Eine Tour rund um Ihre Vagina
Da Sie nun wissen, wie alles begann und auf welche Weise Sie zu Ihrer genitalen Ausstattung gekommen sind, wollen wir einmal einen näheren Blick auf all das werfen, was Sie da unten so haben. Und wenn Sie gleich mitschauen möchten, schnappen Sie sich einen Spiegel und los geht’s!
Vulva
Kennen Sie Ihre?
Und wissen Sie, wo sie sich befindet?

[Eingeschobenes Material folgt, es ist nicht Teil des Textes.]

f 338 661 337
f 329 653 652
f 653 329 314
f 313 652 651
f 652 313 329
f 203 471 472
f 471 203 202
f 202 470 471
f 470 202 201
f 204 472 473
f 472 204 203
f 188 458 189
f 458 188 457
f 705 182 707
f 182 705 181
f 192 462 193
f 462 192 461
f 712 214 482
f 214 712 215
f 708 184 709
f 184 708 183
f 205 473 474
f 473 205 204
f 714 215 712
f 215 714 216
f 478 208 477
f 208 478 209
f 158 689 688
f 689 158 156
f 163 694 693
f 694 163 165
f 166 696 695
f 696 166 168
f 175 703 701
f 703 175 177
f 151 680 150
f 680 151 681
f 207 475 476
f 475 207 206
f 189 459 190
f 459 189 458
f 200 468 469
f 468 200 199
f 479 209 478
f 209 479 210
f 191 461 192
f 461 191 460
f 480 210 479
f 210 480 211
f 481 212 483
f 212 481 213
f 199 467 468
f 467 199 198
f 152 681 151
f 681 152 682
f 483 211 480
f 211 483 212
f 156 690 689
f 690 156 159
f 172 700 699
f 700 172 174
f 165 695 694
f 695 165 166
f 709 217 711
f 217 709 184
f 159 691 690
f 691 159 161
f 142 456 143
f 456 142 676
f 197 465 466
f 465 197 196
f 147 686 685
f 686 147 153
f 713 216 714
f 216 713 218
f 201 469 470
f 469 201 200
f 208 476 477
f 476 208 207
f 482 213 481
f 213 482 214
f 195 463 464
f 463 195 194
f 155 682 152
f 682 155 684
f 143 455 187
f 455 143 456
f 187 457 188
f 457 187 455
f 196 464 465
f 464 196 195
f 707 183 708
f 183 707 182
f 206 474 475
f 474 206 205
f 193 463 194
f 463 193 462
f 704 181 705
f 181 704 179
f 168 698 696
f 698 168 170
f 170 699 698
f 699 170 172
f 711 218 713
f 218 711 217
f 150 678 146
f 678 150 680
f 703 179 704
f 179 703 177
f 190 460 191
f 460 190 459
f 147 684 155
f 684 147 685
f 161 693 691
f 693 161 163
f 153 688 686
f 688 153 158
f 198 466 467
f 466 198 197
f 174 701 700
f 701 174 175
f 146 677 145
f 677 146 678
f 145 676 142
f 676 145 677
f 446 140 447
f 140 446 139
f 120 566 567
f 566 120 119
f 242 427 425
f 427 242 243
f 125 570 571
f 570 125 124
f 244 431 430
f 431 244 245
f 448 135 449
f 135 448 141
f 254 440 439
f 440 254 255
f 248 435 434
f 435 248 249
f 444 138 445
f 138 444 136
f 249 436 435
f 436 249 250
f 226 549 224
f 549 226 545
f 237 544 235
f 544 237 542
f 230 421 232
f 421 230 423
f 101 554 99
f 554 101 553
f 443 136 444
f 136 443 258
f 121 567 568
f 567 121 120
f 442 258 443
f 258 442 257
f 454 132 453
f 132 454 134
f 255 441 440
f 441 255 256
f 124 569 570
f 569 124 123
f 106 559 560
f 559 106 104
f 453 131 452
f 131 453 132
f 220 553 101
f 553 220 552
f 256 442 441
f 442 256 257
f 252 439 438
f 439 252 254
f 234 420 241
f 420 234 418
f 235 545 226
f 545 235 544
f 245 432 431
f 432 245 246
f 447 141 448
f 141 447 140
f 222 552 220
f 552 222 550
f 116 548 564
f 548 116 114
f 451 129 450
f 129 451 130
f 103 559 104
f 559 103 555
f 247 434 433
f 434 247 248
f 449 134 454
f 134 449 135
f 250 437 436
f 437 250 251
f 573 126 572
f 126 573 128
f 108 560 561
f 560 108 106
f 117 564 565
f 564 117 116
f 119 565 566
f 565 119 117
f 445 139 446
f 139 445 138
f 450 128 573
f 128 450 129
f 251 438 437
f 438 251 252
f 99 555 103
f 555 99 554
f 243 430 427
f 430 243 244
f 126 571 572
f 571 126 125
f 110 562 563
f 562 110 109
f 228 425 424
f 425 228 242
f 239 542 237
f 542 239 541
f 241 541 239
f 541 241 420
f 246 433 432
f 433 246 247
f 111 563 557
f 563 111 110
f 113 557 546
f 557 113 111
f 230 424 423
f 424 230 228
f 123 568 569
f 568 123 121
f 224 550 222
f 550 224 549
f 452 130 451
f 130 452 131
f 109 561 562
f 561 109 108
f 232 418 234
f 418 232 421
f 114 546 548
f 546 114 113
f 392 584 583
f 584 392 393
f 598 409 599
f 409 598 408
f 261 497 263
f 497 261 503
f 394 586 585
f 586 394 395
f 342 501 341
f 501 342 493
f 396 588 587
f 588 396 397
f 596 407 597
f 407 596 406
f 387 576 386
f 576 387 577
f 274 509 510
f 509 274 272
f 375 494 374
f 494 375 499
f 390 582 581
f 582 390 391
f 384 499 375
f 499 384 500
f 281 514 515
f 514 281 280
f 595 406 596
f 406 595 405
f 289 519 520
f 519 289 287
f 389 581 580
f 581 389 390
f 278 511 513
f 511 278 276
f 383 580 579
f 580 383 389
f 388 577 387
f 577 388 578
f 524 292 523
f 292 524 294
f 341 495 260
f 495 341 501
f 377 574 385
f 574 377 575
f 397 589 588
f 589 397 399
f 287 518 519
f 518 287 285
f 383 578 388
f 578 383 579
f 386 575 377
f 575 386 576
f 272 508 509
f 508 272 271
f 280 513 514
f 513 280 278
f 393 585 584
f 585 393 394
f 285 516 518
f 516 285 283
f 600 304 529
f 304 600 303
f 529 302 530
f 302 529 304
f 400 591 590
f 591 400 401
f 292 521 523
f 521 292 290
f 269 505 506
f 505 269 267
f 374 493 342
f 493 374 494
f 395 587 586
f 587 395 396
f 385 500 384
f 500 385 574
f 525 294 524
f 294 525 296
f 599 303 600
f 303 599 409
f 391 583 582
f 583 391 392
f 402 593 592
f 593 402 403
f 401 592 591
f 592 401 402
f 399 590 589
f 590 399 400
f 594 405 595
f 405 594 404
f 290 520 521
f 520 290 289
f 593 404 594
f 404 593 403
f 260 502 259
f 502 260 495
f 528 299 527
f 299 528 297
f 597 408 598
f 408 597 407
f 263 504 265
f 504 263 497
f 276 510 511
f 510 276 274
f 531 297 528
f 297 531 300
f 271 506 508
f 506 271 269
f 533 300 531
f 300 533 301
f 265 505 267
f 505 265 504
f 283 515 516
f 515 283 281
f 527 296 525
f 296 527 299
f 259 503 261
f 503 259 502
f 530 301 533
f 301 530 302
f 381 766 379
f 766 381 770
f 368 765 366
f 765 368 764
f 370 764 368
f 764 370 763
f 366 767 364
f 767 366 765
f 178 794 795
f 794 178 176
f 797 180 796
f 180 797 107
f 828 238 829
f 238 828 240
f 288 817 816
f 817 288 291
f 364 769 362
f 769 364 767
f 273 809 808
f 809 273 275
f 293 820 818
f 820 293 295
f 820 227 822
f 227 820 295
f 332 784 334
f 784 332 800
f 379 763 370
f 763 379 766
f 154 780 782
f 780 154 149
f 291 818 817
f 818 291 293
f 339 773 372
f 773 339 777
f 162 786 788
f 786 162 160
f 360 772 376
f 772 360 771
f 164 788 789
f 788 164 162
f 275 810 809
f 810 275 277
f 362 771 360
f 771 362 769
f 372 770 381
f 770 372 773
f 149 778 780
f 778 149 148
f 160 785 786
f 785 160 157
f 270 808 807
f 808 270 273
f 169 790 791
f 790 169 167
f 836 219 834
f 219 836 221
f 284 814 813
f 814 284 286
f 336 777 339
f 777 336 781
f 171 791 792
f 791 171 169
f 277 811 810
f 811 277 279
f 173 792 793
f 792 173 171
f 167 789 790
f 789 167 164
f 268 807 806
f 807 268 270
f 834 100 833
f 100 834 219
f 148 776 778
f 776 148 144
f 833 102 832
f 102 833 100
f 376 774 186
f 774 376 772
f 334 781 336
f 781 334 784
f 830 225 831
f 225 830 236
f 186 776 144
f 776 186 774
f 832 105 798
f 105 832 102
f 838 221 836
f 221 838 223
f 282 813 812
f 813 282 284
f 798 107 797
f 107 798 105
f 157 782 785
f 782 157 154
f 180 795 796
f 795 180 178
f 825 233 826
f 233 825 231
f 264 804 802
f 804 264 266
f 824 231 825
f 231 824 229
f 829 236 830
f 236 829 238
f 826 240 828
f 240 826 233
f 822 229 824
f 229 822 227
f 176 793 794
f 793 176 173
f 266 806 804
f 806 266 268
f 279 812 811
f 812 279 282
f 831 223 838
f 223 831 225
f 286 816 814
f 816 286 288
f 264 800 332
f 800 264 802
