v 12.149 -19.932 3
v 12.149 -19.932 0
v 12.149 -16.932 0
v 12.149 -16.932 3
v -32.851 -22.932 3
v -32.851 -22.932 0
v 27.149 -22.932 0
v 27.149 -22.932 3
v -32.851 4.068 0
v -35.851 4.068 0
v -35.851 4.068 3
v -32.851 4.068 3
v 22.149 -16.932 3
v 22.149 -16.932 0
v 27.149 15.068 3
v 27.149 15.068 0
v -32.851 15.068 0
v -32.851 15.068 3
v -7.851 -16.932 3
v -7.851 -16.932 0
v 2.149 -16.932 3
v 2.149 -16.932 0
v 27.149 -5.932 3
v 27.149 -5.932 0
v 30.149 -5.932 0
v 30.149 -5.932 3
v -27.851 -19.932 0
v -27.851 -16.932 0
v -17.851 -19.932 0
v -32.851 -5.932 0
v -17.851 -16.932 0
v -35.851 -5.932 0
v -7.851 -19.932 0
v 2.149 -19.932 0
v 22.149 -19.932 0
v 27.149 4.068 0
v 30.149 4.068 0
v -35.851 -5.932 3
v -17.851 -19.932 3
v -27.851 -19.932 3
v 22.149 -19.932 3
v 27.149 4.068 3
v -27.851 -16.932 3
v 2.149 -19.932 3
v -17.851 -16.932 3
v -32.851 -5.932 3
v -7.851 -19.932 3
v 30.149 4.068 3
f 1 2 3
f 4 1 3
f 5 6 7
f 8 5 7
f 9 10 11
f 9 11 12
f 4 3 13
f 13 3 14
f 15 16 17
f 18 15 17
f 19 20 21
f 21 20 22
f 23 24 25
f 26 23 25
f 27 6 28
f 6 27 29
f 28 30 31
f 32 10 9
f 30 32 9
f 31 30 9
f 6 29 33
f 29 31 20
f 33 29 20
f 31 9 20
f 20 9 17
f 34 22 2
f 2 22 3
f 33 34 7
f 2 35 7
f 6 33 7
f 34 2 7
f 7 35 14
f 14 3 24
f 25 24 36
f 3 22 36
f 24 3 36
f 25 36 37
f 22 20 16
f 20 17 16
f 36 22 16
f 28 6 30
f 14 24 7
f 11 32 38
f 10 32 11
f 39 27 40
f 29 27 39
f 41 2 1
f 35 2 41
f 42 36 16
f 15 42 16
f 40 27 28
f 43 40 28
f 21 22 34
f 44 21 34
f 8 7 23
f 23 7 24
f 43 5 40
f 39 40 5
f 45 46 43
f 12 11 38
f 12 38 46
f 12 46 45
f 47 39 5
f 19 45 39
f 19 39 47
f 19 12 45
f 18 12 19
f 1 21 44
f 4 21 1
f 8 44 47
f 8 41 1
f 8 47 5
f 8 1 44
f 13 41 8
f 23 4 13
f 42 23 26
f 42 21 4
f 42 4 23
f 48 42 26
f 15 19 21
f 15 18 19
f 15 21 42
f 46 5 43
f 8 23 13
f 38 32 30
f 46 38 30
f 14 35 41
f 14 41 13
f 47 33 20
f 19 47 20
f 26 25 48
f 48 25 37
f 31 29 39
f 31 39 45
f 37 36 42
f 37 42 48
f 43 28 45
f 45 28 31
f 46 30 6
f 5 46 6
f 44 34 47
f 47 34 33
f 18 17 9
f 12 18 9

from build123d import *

# Parameters (mm, degrees)
SKETCH1_W           = 10
SKETCH1_H           = 3
SKETCH1_W_2         = 3
SKETCH1_H_2         = 10
BOSS_EXTRUDE1_DEPTH = 3


with BuildPart() as part:
    # Sketch1 → Boss-Extrude1 (new body)
    # profile 1 of 4: a face of its own
    with BuildSketch(Plane.XY):
        Polygon((-2.850678733, -16.932126697), (-2.850678733, 15.067873303), (-32.850678733, 15.067873303), (-32.850678733, 4.067873303), (-32.850678733, -5.932126697), (-32.850678733, -22.932126697), (-2.850678733, -22.932126697), (-2.850678733, -19.932126697), (-7.850678733, -19.932126697), (-7.850678733, -16.932126697), align=None)
        with Locations((-22.850678733, -18.432126697)):
            Rectangle(SKETCH1_W, SKETCH1_H, mode=Mode.SUBTRACT)
    # profile 2 of 4: a face of its own
    with BuildSketch(Plane.XY):
        Polygon((27.149321267, 15.067873303), (-2.850678733, 15.067873303), (-2.850678733, -16.932126697), (2.149321267, -16.932126697), (2.149321267, -19.932126697), (-2.850678733, -19.932126697), (-2.850678733, -22.932126697), (27.149321267, -22.932126697), (27.149321267, -5.932126697), (27.149321267, 4.067873303), align=None)
        with Locations((17.149321267, -18.432126697)):
            Rectangle(SKETCH1_W, SKETCH1_H, mode=Mode.SUBTRACT)
    # profile 3 of 4: a face of its own
    with BuildSketch(Plane.XY):
        with Locations((-34.350678733, -0.932126697)):
            Rectangle(SKETCH1_W_2, SKETCH1_H_2)
    # profile 4 of 4: a face of its own
    with BuildSketch(Plane.XY):
        with Locations((28.649321267, -0.932126697)):
            Rectangle(SKETCH1_W_2, SKETCH1_H_2)
    extrude(amount=BOSS_EXTRUDE1_DEPTH)


solid = part.part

Die britische Hilfsorganisation The Eve Appeal fand heraus, dass 60 Prozent der von ihr befragten Britinnen nicht in der Lage waren, die Vulva auf einem medizinischen Diagramm zu finden1. Eigentlich kein Wunder, wenn man sich vor Augen führt, wie unzureichend unser Sexualkundeunterricht in der Regel ist. Um gar nicht erst lange drumherum zu reden: Mit dem Begriff Vulva – oder auch Scham – bezeichnet man die gesamten äußeren Genitalien, einschließlich des Schamhügels (das ist der Hügel aus Fettgewebe, der sich über Ihrem Schambein befindet und mit Schamhaar bewachsen ist), der inneren und äußeren Schamlippen, der Klitoris mit ihrer wunderhübschen Haube, des Damms und der Öffnungen von Vagina (Scheide) und Harnröhre (wo der Urin austritt).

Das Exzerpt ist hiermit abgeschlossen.